╭─ Data in this exercise

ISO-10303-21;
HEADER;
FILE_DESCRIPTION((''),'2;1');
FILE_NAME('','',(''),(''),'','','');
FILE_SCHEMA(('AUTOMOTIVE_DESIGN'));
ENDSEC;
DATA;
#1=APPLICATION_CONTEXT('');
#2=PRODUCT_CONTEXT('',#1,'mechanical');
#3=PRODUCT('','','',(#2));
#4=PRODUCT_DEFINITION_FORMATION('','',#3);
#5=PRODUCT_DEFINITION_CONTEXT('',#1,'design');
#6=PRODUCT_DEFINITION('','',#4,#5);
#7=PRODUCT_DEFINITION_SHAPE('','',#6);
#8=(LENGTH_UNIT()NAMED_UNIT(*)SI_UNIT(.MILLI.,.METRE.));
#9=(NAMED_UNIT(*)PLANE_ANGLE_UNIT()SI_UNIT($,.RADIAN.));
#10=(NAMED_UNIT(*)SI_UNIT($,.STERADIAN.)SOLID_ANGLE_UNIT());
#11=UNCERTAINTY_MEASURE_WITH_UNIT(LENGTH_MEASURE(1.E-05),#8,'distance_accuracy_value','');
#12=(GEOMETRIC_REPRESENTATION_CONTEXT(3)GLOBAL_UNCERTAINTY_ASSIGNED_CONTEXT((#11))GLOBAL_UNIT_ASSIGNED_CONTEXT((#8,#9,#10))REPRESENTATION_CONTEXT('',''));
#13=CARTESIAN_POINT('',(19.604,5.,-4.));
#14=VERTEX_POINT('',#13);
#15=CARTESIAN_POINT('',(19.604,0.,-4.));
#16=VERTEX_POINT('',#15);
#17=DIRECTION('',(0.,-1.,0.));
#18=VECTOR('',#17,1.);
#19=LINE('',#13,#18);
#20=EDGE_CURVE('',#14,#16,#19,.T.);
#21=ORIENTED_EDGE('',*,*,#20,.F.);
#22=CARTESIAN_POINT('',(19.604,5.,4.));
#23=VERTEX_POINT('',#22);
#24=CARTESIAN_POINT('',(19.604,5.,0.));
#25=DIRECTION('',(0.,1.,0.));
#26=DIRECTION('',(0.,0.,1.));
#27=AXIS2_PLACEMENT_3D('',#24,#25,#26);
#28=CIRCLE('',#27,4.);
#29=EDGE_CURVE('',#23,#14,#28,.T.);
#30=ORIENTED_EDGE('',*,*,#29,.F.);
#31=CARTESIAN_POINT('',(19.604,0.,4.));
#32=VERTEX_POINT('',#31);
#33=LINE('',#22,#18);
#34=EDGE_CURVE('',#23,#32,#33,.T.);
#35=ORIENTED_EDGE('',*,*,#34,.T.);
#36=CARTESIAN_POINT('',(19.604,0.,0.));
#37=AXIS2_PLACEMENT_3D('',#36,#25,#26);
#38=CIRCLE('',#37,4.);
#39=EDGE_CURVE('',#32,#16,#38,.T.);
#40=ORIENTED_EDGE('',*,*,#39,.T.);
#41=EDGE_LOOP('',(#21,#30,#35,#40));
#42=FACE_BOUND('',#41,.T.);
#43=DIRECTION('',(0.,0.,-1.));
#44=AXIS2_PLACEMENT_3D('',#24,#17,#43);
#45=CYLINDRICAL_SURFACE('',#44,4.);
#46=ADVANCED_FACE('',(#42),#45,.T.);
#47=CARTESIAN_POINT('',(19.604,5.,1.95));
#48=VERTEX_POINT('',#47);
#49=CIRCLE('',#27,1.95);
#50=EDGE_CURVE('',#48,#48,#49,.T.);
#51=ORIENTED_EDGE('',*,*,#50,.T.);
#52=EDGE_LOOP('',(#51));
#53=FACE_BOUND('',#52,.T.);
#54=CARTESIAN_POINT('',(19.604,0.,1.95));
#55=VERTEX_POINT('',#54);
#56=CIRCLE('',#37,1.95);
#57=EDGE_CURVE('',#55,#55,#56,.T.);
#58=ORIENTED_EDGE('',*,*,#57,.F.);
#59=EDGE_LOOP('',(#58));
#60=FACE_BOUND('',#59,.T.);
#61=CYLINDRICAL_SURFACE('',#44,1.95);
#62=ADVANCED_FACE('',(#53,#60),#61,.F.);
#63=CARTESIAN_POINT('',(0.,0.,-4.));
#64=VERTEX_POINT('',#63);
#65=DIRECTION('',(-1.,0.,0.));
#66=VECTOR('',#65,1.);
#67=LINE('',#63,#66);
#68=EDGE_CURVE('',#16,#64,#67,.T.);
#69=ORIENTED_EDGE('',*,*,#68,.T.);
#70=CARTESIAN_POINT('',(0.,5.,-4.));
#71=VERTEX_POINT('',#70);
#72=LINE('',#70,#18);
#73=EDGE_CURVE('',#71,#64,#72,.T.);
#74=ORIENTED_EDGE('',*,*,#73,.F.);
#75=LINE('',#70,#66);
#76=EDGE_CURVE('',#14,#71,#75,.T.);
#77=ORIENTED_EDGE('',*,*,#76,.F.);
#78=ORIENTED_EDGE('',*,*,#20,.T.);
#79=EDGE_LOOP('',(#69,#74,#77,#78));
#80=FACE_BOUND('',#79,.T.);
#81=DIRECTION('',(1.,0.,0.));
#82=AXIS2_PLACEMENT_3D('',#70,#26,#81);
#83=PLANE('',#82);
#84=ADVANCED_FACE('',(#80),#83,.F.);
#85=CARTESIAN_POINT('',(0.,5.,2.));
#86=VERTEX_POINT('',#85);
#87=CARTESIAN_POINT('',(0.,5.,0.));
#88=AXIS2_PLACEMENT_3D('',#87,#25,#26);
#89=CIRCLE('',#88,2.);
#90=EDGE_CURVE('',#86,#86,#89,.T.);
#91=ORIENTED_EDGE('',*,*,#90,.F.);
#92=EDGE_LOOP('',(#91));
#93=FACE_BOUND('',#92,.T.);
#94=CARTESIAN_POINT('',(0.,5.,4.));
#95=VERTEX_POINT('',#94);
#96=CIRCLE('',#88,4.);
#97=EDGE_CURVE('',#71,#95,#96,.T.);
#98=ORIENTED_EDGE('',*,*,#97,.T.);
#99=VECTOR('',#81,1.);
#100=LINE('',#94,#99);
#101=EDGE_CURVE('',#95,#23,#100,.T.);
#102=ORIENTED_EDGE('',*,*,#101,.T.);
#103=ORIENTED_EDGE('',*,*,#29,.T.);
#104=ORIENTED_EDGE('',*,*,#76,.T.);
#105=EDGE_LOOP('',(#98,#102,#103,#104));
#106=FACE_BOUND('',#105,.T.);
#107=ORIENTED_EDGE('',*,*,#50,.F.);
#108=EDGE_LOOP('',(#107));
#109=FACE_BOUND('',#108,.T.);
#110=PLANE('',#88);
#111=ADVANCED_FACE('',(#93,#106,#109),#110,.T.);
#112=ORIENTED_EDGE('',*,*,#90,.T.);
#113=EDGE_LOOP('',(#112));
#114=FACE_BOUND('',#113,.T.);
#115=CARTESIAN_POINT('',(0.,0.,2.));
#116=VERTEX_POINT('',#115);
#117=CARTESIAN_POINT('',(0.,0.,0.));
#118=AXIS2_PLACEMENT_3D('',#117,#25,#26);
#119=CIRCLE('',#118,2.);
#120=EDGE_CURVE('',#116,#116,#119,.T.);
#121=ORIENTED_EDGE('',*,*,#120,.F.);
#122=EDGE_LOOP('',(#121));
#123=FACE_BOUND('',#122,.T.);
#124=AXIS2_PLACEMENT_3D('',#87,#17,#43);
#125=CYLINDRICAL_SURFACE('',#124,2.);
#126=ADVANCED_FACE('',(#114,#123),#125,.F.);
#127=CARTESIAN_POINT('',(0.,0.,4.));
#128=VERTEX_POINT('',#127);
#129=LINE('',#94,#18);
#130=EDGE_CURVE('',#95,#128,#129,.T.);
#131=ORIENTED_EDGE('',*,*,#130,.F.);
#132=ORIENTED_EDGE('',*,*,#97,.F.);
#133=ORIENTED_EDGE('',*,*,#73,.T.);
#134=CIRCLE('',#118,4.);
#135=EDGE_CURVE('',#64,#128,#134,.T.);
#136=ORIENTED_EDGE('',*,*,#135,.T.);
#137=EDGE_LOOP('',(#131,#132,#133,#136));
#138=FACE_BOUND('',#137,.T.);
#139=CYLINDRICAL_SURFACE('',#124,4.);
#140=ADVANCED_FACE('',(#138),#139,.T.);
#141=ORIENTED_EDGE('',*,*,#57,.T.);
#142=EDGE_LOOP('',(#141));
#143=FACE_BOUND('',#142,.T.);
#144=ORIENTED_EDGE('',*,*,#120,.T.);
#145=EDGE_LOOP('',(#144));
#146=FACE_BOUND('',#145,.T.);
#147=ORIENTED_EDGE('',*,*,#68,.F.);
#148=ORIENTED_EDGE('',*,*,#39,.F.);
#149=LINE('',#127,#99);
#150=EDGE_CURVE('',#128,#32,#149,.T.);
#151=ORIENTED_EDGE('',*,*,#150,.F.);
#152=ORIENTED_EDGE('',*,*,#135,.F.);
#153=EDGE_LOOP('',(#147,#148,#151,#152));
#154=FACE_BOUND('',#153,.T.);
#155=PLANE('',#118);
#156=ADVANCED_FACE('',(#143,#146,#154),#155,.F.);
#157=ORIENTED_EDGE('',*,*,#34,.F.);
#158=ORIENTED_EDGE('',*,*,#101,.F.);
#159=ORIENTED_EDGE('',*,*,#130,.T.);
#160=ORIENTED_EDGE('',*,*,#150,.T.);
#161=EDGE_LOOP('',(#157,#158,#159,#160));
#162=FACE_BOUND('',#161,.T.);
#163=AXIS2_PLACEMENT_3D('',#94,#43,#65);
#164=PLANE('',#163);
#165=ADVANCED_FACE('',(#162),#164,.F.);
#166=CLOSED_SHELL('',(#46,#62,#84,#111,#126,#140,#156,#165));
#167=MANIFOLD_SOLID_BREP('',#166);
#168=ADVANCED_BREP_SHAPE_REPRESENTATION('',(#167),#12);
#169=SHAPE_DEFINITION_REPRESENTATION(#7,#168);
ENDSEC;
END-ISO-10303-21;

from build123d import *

# Parameters (mm, degrees)
SKETCH_1_R      = 2
SKETCH_1_R_2    = 1.95
EXTRUDE_1_DEPTH = 5


with BuildPart() as part:
    # 草图1 → 凸台-拉伸1 (new body)
    with BuildSketch(Plane(origin=(0, 0, 0), x_dir=(1, 0, 0), z_dir=(0, 1, 0))):
        with BuildLine():
            Line((0, 4), (19.604, 4))
            ThreePointArc((19.604, 4), (23.604, 0), (19.604, -4))
            Line((19.604, -4), (0, -4))
            ThreePointArc((0, -4), (-4, 0), (0, 4))
        make_face()
        Circle(SKETCH_1_R, mode=Mode.SUBTRACT)
        with Locations((19.604, 0)):
            Circle(SKETCH_1_R_2, mode=Mode.SUBTRACT)
    extrude(amount=EXTRUDE_1_DEPTH)


solid = part.part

╰─

→ Your goal:
From the entries above, return exactly the line containing "#119=CIRCLE('',#118,2.);", the line containing "#136=ORIENTED_EDGE('',*,*,#135,.T.);", and all lines between, and nothing else.

→ Your response:
#119=CIRCLE('',#118,2.);
#120=EDGE_CURVE('',#116,#116,#119,.T.);
#121=ORIENTED_EDGE('',*,*,#120,.F.);
#122=EDGE_LOOP('',(#121));
#123=FACE_BOUND('',#122,.T.);
#124=AXIS2_PLACEMENT_3D('',#87,#17,#43);
#125=CYLINDRICAL_SURFACE('',#124,2.);
#126=ADVANCED_FACE('',(#114,#123),#125,.F.);
#127=CARTESIAN_POINT('',(0.,0.,4.));
#128=VERTEX_POINT('',#127);
#129=LINE('',#94,#18);
#130=EDGE_CURVE('',#95,#128,#129,.T.);
#131=ORIENTED_EDGE('',*,*,#130,.F.);
#132=ORIENTED_EDGE('',*,*,#97,.F.);
#133=ORIENTED_EDGE('',*,*,#73,.T.);
#134=CIRCLE('',#118,4.);
#135=EDGE_CURVE('',#64,#128,#134,.T.);
#136=ORIENTED_EDGE('',*,*,#135,.T.);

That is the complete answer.